Water is a critical natural resource. It is necessary for sustaining human, animal, and plant life, provides a variety of ecosystem services, and is an increasingly important source of electrical power. Despite its centrality to human existence, nearly one billion people lack reliable access to clean drinking water. A 2009 report by the Water Resources Group projects that by 2030 annual global freshwater needs will reach 6.9 trillion cubic meters, which is 64 percent more than the existing accessible, reliable, and sustainable supply.
This forecast, while alarming, likely understates the magnitude of the challenge, as it does not account for the impacts of global climate change on hydrological systems. While the Intergovernmental Panel on Climate Change (IPCC) forecasts an increase in total precipitation at the global level, regional patterns will vary significantly. Rainfall will likely decline by more than 20 percent across North Africa and the Middle East, central Mexico and Central America and the Caribbean, Southern Africa, the eastern Amazon basin, and western Australia, leading to decreases in water availability of 10 to 30 percent. The IPCC also forecasts a 90 percent likelihood that variability in rainfall will increase, leading not only to more numerous dry spells, but also to more extreme precipitation events and flooding.

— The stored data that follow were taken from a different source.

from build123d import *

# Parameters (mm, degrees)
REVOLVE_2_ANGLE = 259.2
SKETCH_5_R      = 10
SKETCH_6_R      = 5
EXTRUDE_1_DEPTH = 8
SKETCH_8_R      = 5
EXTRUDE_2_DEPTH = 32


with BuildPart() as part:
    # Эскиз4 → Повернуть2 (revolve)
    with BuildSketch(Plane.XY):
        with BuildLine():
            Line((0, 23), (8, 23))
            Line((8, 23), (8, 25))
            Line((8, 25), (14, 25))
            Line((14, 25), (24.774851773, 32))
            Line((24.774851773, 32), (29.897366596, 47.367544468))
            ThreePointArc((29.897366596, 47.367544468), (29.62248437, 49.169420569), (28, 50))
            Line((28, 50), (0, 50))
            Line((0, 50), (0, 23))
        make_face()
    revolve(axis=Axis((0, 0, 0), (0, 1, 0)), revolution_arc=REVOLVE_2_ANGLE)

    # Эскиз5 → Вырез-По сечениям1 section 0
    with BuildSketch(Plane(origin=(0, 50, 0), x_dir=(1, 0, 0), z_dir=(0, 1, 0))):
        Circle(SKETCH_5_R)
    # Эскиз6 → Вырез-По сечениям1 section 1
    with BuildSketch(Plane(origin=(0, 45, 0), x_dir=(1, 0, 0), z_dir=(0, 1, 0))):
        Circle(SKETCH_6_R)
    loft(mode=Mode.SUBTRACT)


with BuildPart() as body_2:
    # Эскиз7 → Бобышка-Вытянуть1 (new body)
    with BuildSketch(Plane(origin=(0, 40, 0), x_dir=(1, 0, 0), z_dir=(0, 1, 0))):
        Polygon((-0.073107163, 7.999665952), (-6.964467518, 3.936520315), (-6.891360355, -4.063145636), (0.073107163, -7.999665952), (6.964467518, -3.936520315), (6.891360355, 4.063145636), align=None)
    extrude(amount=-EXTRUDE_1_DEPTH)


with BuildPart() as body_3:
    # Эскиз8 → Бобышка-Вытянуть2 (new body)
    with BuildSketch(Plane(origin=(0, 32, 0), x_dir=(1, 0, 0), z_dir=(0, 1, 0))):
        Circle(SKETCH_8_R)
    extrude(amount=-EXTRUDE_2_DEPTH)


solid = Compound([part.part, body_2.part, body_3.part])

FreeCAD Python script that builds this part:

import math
import FreeCAD as App
import Part
import Sketcher

doc = App.newDocument("Part")
body = doc.addObject("PartDesign::Body", "Body")

# Sketch on XY plane
sketch1 = body.newObject("Sketcher::SketchObject", "Sketch")
sketch1.AttachmentSupport = (doc.getObject("XY_Plane"), [""])
sketch1.MapMode = "FlatFace"
sketch1.addGeometry([
    Part.LineSegment(App.Vector(0, 23, 0), App.Vector(8, 23, 0)),  # 0
    Part.LineSegment(App.Vector(8, 23, 0), App.Vector(8, 25, 0)),  # 1
    Part.LineSegment(App.Vector(8, 25, 0), App.Vector(14, 25, 0)),  # 2
    Part.LineSegment(App.Vector(14, 25, 0), App.Vector(24.8, 32, 0)),  # 3
    Part.LineSegment(App.Vector(24.8, 32, 0), App.Vector(29.9, 47.4, 0)),  # 4
    Part.ArcOfCircle(Part.Circle(App.Vector(28, 48, 0), App.Vector(0, 0, 1), 2), math.radians(-18), math.radians(90)),  # 5
    Part.LineSegment(App.Vector(28, 50, 0), App.Vector(0, 50, 0)),  # 6
    Part.LineSegment(App.Vector(0, 50, 0), App.Vector(0, 23, 0)),  # 7
], False)
sketch1.addConstraint([
    Sketcher.Constraint("Coincident", 0, 2, 1, 1),
    Sketcher.Constraint("Coincident", 1, 2, 2, 1),
    Sketcher.Constraint("Coincident", 2, 2, 3, 1),
    Sketcher.Constraint("Coincident", 3, 2, 4, 1),
    Sketcher.Constraint("Tangent", 4, 2, 5, 1),
    Sketcher.Constraint("Tangent", 5, 2, 6, 1),
    Sketcher.Constraint("Coincident", 6, 2, 7, 1),
    Sketcher.Constraint("Coincident", 7, 2, 0, 1),
    Sketcher.Constraint("Horizontal", 0),
    Sketcher.Constraint("Vertical", 1),
    Sketcher.Constraint("Horizontal", 2),
    Sketcher.Constraint("Horizontal", 6),
    Sketcher.Constraint("Vertical", 7),
    Sketcher.Constraint("PointOnObject", 6, 2, -2),
    Sketcher.Constraint("Radius", 5, 2.0),
    Sketcher.Constraint("DistanceX", 0, 1, 0, 2, 8.0),
    Sketcher.Constraint("DistanceX", 2, 1, 2, 2, 6.0),
    Sketcher.Constraint("DistanceX", 6, 2, 6, 1, 28.0),
    Sketcher.Constraint("DistanceY", 1, 1, 1, 2, 2.0),
    Sketcher.Constraint("DistanceY", 7, 2, 7, 1, 27.0),
    Sketcher.Constraint("DistanceY", -1, 1, 5, 3, 48.0),
    Sketcher.Constraint("DistanceY", -1, 1, 3, 2, 32.0),
    Sketcher.Constraint("DistanceX", -1, 1, 3, 2, 24.774852),
])
revolution = body.newObject("PartDesign::Revolution", "Revolution")
revolution.Profile = sketch1
revolution.ReferenceAxis = (sketch1, ["V_Axis"])
revolution.Angle = 259.2

# Sketch on XZ plane
sketch2 = body.newObject("Sketcher::SketchObject", "Sketch001")
sketch2.AttachmentSupport = (doc.getObject("XZ_Plane"), [""])
sketch2.MapMode = "FlatFace"
sketch2.AttachmentOffset = App.Placement(App.Vector(0, 0, -50), App.Rotation())
sketch2.addGeometry(Part.Circle(App.Vector(0, 0, 0), App.Vector(0, 0, 1), 10), False)
sketch2.addConstraint([
    Sketcher.Constraint("Coincident", 0, 3, -1, 1),
    Sketcher.Constraint("Diameter", 0, 20.0),
])

# Sketch on XZ plane
sketch3 = body.newObject("Sketcher::SketchObject", "Sketch002")
sketch3.AttachmentSupport = (doc.getObject("XZ_Plane"), [""])
sketch3.MapMode = "FlatFace"
sketch3.AttachmentOffset = App.Placement(App.Vector(0, 0, -45), App.Rotation())
sketch3.addGeometry(Part.Circle(App.Vector(0, 0, 0), App.Vector(0, 0, 1), 5), False)
sketch3.addConstraint([
    Sketcher.Constraint("Coincident", 0, 3, -1, 1),
    Sketcher.Constraint("Diameter", 0, 10.0),
])

subtractiveloft = body.newObject("PartDesign::SubtractiveLoft", "SubtractiveLoft")
subtractiveloft.Profile = sketch2
subtractiveloft.Sections = [sketch3]
body2 = doc.addObject("PartDesign::Body", "Body001")

# Sketch on XZ plane
sketch4 = body2.newObject("Sketcher::SketchObject", "Sketch003")
sketch4.AttachmentSupport = (doc.getObject("XZ_Plane001"), [""])
sketch4.MapMode = "FlatFace"
sketch4.AttachmentOffset = App.Placement(App.Vector(0, 0, -40), App.Rotation())
sketch4.addGeometry([
    Part.LineSegment(App.Vector(0, -8, 0), App.Vector(-7, -4, 0)),  # 0
    Part.LineSegment(App.Vector(-7, -4, 0), App.Vector(-7, 4, 0)),  # 1
    Part.LineSegment(App.Vector(-7, 4, 0), App.Vector(0, 8, 0)),  # 2
    Part.LineSegment(App.Vector(0, 8, 0), App.Vector(7, 4, 0)),  # 3
    Part.LineSegment(App.Vector(7, 4, 0), App.Vector(7, -4, 0)),  # 4
    Part.LineSegment(App.Vector(7, -4, 0), App.Vector(0, -8, 0)),  # 5
], False)
sketch4.addConstraint([
    Sketcher.Constraint("Coincident", 0, 2, 1, 1),
    Sketcher.Constraint("Coincident", 1, 2, 2, 1),
    Sketcher.Constraint("Coincident", 2, 2, 3, 1),
    Sketcher.Constraint("Coincident", 3, 2, 4, 1),
    Sketcher.Constraint("Coincident", 4, 2, 5, 1),
    Sketcher.Constraint("Coincident", 5, 2, 0, 1),
    Sketcher.Constraint("Symmetric", 0, 2, 3, 2, -1, 1),
    Sketcher.Constraint("Symmetric", 1, 2, 4, 2, -1, 1),
    Sketcher.Constraint("Symmetric", 2, 2, 5, 2, -1, 1),
    Sketcher.Constraint("Equal", 0, 1),
    Sketcher.Constraint("Equal", 1, 2),
    Sketcher.Constraint("Distance", 0, 8.0),
    Sketcher.Constraint("DistanceY", 0, 2, -1, 1, 3.93652),
    Sketcher.Constraint("DistanceX", 1, 2, -1, 1, 6.89136),
    Sketcher.Constraint("DistanceY", 1, 2, 2, 2, 3.93652),
])
pad1 = body2.newObject("PartDesign::Pad", "Pad")
pad1.Profile = sketch4
pad1.Length = 8
body3 = doc.addObject("PartDesign::Body", "Body002")

# Sketch on XZ plane
sketch5 = body3.newObject("Sketcher::SketchObject", "Sketch004")
sketch5.AttachmentSupport = (doc.getObject("XZ_Plane002"), [""])
sketch5.MapMode = "FlatFace"
sketch5.AttachmentOffset = App.Placement(App.Vector(0, 0, -32), App.Rotation())
sketch5.addGeometry(Part.Circle(App.Vector(0, 0, 0), App.Vector(0, 0, 1), 5), False)
sketch5.addConstraint([
    Sketcher.Constraint("Coincident", 0, 3, -1, 1),
    Sketcher.Constraint("Diameter", 0, 10.0),
])
pad2 = body3.newObject("PartDesign::Pad", "Pad001")
pad2.Profile = sketch5
pad2.Length = 32

doc.recompute()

Water's critical role in the survival of human life, combined with imminent changes in its relative abundance, generates concern that this significant resource will be both a cause of future conflict and a source of bargaining power for states that control access to surface and groundwater supplies. Policy discussions of climate change impacts on water security have tended to focus on declining stocks of freshwater resources -- absolute scarcity -- as the primary driver of conflict. This discourse is rooted in a neo-Malthusian characterization of the relationship between carrying capacity and violence: declining or degraded stocks of natural resources, for which no substitutes are available, spark distributional conflicts.
The prospect of conflict over water resources is most clear in shared river basins, in which surface freshwater is shared between two or more states. In these cases, river water constitutes a common pool resource whose consumption is rival: one country's increasing consumption necessarily leaves the other country, or countries, with less. Policy discussions have focused on potential links between climate change and conflict that may occur through changes in declining mean levels of freshwater abundance from other sources.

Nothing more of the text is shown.